(Stored dataset items)
_ _ _ _ _ _ _
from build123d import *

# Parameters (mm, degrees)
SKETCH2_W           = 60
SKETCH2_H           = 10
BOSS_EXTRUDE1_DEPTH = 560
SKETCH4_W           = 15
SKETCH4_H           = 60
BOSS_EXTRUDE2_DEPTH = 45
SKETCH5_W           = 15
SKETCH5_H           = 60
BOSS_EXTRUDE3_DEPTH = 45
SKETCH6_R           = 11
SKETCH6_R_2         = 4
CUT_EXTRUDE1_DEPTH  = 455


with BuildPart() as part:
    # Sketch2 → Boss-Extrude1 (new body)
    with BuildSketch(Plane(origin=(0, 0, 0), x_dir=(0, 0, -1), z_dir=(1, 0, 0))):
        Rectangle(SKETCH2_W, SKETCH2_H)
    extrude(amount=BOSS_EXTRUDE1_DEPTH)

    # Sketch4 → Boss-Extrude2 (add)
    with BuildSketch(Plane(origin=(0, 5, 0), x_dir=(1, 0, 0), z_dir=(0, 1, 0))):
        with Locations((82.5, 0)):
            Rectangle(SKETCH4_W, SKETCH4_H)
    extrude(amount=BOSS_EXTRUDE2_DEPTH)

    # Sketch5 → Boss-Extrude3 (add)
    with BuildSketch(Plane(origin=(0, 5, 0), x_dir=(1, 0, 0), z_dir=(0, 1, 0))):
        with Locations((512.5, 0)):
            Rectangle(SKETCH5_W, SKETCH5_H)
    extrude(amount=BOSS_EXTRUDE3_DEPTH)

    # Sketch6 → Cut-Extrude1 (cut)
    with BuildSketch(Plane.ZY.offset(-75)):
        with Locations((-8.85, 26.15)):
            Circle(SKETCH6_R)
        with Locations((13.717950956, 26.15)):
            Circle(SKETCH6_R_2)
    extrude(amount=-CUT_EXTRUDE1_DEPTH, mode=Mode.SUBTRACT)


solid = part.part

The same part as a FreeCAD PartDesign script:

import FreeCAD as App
import Part
import Sketcher

V = App.Vector
Q = App.Units.Quantity

doc = App.newDocument("Part")
params = doc.addObject("Spreadsheet::Sheet", "Params")
for row, (alias, value) in enumerate([
    ("sketch1_width", "10 mm"),
    ("sketch1_height", "60 mm"),
    ("pad1_length", "560 mm"),
    ("sketch2_width", "15 mm"),
    ("sketch2_height", "60 mm"),
    ("pad2_length", "45 mm"),
    ("sketch3_width", "15 mm"),
    ("sketch3_height", "60 mm"),
    ("pad3_length", "45 mm"),
    ("sketch4_diameter", "22 mm"),
    ("sketch4_diameter2", "8 mm"),
    ("pocket1_length", "455 mm"),
], start=1):
    params.set(f"A{row}", alias)
    params.set(f"B{row}", "=" + value)
    params.setAlias(f"B{row}", alias)

body = doc.addObject("PartDesign::Body", "Body")

# Sketch on YZ plane
sketch1 = body.newObject("Sketcher::SketchObject", "Sketch")
sketch1.AttachmentSupport = (doc.getObject("YZ_Plane"), [""])
sketch1.MapMode = "FlatFace"
sketch1.addGeometry([
    Part.LineSegment(V(5, 30, 0), V(-5, 30, 0)),
    Part.LineSegment(V(-5, 30, 0), V(-5, -30, 0)),
    Part.LineSegment(V(-5, -30, 0), V(5, -30, 0)),
    Part.LineSegment(V(5, -30, 0), V(5, 30, 0)),
], False)
sketch1.addConstraint([
    Sketcher.Constraint("Coincident", 0, 2, 1, 1),
    Sketcher.Constraint("Coincident", 1, 2, 2, 1),
    Sketcher.Constraint("Coincident", 2, 2, 3, 1),
    Sketcher.Constraint("Coincident", 3, 2, 0, 1),
    Sketcher.Constraint("Horizontal", 0),
    Sketcher.Constraint("Vertical", 1),
    Sketcher.Constraint("Horizontal", 2),
    Sketcher.Constraint("Vertical", 3),
    Sketcher.Constraint("Symmetric", 0, 2, 2, 2, -1, 1),
    Sketcher.Constraint("DistanceX", 0, 2, 0, 1, Q("10 mm")),
    Sketcher.Constraint("DistanceY", 1, 2, 1, 1, Q("60 mm")),
])
sketch1.setExpression("Constraints[9]", "Params.sketch1_width")
sketch1.setExpression("Constraints[10]", "Params.sketch1_height")
pad1 = body.newObject("PartDesign::Pad", "Pad")
pad1.Profile = sketch1
pad1.setExpression("Length", "Params.pad1_length")

# Sketch on XZ plane
sketch2 = body.newObject("Sketcher::SketchObject", "Sketch001")
sketch2.AttachmentSupport = (doc.getObject("XZ_Plane"), [""])
sketch2.MapMode = "FlatFace"
sketch2.AttachmentOffset = App.Placement(V(0, 0, -5), App.Rotation())
sketch2.addGeometry([
    Part.LineSegment(V(75, -30, 0), V(75, 30, 0)),
    Part.LineSegment(V(75, 30, 0), V(90, 30, 0)),
    Part.LineSegment(V(90, 30, 0), V(90, -30, 0)),
    Part.LineSegment(V(90, -30, 0), V(75, -30, 0)),
], False)
sketch2.addConstraint([
    Sketcher.Constraint("Coincident", 0, 2, 1, 1),
    Sketcher.Constraint("Coincident", 1, 2, 2, 1),
    Sketcher.Constraint("Coincident", 2, 2, 3, 1),
    Sketcher.Constraint("Coincident", 3, 2, 0, 1),
    Sketcher.Constraint("Vertical", 0),
    Sketcher.Constraint("Horizontal", 1),
    Sketcher.Constraint("Vertical", 2),
    Sketcher.Constraint("Horizontal", 3),
    Sketcher.Constraint("DistanceX", 1, 1, 1, 2, Q("15 mm")),
    Sketcher.Constraint("DistanceY", 0, 1, 0, 2, Q("60 mm")),
    Sketcher.Constraint("DistanceX", -1, 1, 0, 2, Q("75 mm")),
    Sketcher.Constraint("DistanceY", -1, 1, 0, 2, Q("30 mm")),
])
sketch2.setExpression("Constraints[8]", "Params.sketch2_width")
sketch2.setExpression("Constraints[9]", "Params.sketch2_height")
pad2 = body.newObject("PartDesign::Pad", "Pad001")
pad2.Profile = sketch2
pad2.setExpression("Length", "Params.pad2_length")
pad2.Reversed = True

# Sketch on XZ plane
sketch3 = body.newObject("Sketcher::SketchObject", "Sketch002")
sketch3.AttachmentSupport = (doc.getObject("XZ_Plane"), [""])
sketch3.MapMode = "FlatFace"
sketch3.AttachmentOffset = App.Placement(V(0, 0, -5), App.Rotation())
sketch3.addGeometry([
    Part.LineSegment(V(505, -30, 0), V(505, 30, 0)),
    Part.LineSegment(V(505, 30, 0), V(520, 30, 0)),
    Part.LineSegment(V(520, 30, 0), V(520, -30, 0)),
    Part.LineSegment(V(520, -30, 0), V(505, -30, 0)),
], False)
sketch3.addConstraint([
    Sketcher.Constraint("Coincident", 0, 2, 1, 1),
    Sketcher.Constraint("Coincident", 1, 2, 2, 1),
    Sketcher.Constraint("Coincident", 2, 2, 3, 1),
    Sketcher.Constraint("Coincident", 3, 2, 0, 1),
    Sketcher.Constraint("Vertical", 0),
    Sketcher.Constraint("Horizontal", 1),
    Sketcher.Constraint("Vertical", 2),
    Sketcher.Constraint("Horizontal", 3),
    Sketcher.Constraint("DistanceX", 1, 1, 1, 2, Q("15 mm")),
    Sketcher.Constraint("DistanceY", 0, 1, 0, 2, Q("60 mm")),
    Sketcher.Constraint("DistanceX", -1, 1, 0, 2, Q("505 mm")),
    Sketcher.Constraint("DistanceY", -1, 1, 0, 2, Q("30 mm")),
])
sketch3.setExpression("Constraints[8]", "Params.sketch3_width")
sketch3.setExpression("Constraints[9]", "Params.sketch3_height")
pad3 = body.newObject("PartDesign::Pad", "Pad002")
pad3.Profile = sketch3
pad3.setExpression("Length", "Params.pad3_length")
pad3.Reversed = True

# Sketch on YZ plane
sketch4 = body.newObject("Sketcher::SketchObject", "Sketch003")
sketch4.AttachmentSupport = (doc.getObject("YZ_Plane"), [""])
sketch4.MapMode = "FlatFace"
sketch4.AttachmentOffset = App.Placement(V(0, 0, 75), App.Rotation())
sketch4.addGeometry([
    Part.Circle(V(26.1, -8.8, 0), V(0, 0, 1), 11),
    Part.Circle(V(26.1, 13.7, 0), V(0, 0, 1), 4),
], False)
sketch4.addConstraint([
    Sketcher.Constraint("Vertical", 0, 3, 1, 3),
    Sketcher.Constraint("Diameter", 0, Q("22 mm")),
    Sketcher.Constraint("Diameter", 1, Q("8 mm")),
    Sketcher.Constraint("DistanceX", -1, 1, 0, 3, Q("26.15 mm")),
    Sketcher.Constraint("DistanceY", 0, 3, -1, 1, Q("8.85 mm")),
    Sketcher.Constraint("DistanceY", -1, 1, 1, 3, Q("13.717951 mm")),
])
sketch4.setExpression("Constraints[1]", "Params.sketch4_diameter")
sketch4.setExpression("Constraints[2]", "Params.sketch4_diameter2")
pocket1 = body.newObject("PartDesign::Pocket", "Pocket")
pocket1.Profile = sketch4
pocket1.setExpression("Length", "Params.pocket1_length")
pocket1.Reversed = True

doc.recompute()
_ _ _ _ _ _ _
__Exercise description__
Using the entries shown above, reproduce verbatim the lines from the line bearing "solid = part.part" to the line bearing "The same part", inclusive.

__Task answer__
solid = part.part

The same part as a FreeCAD PartDesign script:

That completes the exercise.